REQUIRED ACTION
Would you write out, word for word, each line of the records below from the top through the one holding "#6=PRODUCT_DEFINITION('','',#4,#5);"?

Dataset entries
* * * * * * *

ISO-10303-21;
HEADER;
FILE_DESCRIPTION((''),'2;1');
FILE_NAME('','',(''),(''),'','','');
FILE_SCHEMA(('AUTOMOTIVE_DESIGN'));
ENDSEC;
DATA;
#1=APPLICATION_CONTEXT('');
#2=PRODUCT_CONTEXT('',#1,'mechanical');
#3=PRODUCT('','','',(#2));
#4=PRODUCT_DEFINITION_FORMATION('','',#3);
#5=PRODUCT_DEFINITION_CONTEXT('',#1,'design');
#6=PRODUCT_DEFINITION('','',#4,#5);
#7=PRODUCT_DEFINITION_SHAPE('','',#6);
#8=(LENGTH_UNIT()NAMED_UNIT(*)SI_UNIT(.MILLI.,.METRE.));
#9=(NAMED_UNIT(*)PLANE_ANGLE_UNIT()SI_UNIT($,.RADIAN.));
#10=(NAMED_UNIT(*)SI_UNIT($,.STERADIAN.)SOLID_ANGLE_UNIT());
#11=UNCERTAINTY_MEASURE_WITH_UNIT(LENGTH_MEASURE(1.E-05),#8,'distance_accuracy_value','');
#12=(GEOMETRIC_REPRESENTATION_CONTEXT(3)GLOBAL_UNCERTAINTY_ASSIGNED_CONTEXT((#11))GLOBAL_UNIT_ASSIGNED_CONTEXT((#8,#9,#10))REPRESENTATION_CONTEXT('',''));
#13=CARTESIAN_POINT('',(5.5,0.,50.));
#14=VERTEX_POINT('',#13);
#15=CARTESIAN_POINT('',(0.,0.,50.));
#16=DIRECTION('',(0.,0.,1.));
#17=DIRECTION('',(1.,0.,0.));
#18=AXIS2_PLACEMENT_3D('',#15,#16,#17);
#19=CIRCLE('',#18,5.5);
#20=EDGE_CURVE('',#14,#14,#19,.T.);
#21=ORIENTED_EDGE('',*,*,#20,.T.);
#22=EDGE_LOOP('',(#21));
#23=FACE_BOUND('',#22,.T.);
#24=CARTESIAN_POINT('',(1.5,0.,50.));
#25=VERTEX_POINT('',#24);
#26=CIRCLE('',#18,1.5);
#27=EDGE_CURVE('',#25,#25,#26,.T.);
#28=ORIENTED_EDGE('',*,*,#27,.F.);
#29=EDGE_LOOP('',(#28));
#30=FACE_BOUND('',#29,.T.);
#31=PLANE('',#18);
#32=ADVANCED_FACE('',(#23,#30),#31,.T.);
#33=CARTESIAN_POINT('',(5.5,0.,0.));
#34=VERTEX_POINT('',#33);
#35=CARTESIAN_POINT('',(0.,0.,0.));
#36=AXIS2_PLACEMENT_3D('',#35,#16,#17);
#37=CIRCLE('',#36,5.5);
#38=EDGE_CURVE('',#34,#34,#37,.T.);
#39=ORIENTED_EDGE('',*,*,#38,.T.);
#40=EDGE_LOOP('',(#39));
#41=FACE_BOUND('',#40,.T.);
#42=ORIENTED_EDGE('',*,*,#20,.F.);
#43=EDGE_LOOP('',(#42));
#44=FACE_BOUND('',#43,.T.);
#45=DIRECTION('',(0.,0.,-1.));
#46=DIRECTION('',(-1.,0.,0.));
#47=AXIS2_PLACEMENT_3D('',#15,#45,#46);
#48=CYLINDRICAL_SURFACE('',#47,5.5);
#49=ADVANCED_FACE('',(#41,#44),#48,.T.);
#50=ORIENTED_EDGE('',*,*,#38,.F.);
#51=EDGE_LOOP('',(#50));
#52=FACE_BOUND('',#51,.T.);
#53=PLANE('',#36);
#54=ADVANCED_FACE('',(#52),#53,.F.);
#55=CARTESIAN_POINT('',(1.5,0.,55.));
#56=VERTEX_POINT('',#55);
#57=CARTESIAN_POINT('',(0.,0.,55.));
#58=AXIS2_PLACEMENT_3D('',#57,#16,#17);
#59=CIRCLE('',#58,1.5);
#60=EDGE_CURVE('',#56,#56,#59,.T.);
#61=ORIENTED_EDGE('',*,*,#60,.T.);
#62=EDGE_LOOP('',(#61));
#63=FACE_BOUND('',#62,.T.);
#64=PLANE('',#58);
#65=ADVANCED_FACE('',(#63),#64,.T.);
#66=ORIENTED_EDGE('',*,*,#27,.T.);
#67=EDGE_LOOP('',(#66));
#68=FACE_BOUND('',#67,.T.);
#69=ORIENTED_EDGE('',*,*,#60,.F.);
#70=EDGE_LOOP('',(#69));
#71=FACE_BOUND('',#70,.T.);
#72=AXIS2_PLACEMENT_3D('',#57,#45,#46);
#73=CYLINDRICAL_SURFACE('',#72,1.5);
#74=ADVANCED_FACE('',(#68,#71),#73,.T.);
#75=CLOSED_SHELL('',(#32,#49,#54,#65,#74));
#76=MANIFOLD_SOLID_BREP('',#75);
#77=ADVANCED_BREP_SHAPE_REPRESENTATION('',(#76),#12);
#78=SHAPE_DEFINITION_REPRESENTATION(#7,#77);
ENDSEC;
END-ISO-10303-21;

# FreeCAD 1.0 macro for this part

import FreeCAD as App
import Part
import Sketcher

V = App.Vector
Q = App.Units.Quantity

doc = App.newDocument("Part")
body = doc.addObject("PartDesign::Body", "Body")

sketch1 = body.newObject("Sketcher::SketchObject", "Sketch")
sketch1.AttachmentSupport = (doc.getObject("XY_Plane"), [""])
sketch1.MapMode = "FlatFace"
sketch1.addGeometry(Part.Circle(V(0, 0, 0), V(0, 0, 1), 5.5), False)
sketch1.addConstraint([
    Sketcher.Constraint("Coincident", 0, 3, -1, 1),
    Sketcher.Constraint("Diameter", 0, Q("11 mm")),
])
pad1 = body.newObject("PartDesign::Pad", "Pad")
pad1.Profile = sketch1
pad1.Length = 50

sketch2 = body.newObject("Sketcher::SketchObject", "Sketch001")
sketch2.AttachmentSupport = (doc.getObject("XY_Plane"), [""])
sketch2.MapMode = "FlatFace"
sketch2.AttachmentOffset = App.Placement(V(0, 0, 50), App.Rotation())
sketch2.addGeometry(Part.Circle(V(0, 0, 0), V(0, 0, 1), 1.5), False)
sketch2.addConstraint([
    Sketcher.Constraint("Coincident", 0, 3, -1, 1),
    Sketcher.Constraint("Diameter", 0, Q("3 mm")),
])
pad2 = body.newObject("PartDesign::Pad", "Pad001")
pad2.Profile = sketch2
pad2.Length = 5

doc.recompute()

* * * * * * *

SOLUTION BELOW
ISO-10303-21;
HEADER;
FILE_DESCRIPTION((''),'2;1');
FILE_NAME('','',(''),(''),'','','');
FILE_SCHEMA(('AUTOMOTIVE_DESIGN'));
ENDSEC;
DATA;
#1=APPLICATION_CONTEXT('');
#2=PRODUCT_CONTEXT('',#1,'mechanical');
#3=PRODUCT('','','',(#2));
#4=PRODUCT_DEFINITION_FORMATION('','',#3);
#5=PRODUCT_DEFINITION_CONTEXT('',#1,'design');
#6=PRODUCT_DEFINITION('','',#4,#5);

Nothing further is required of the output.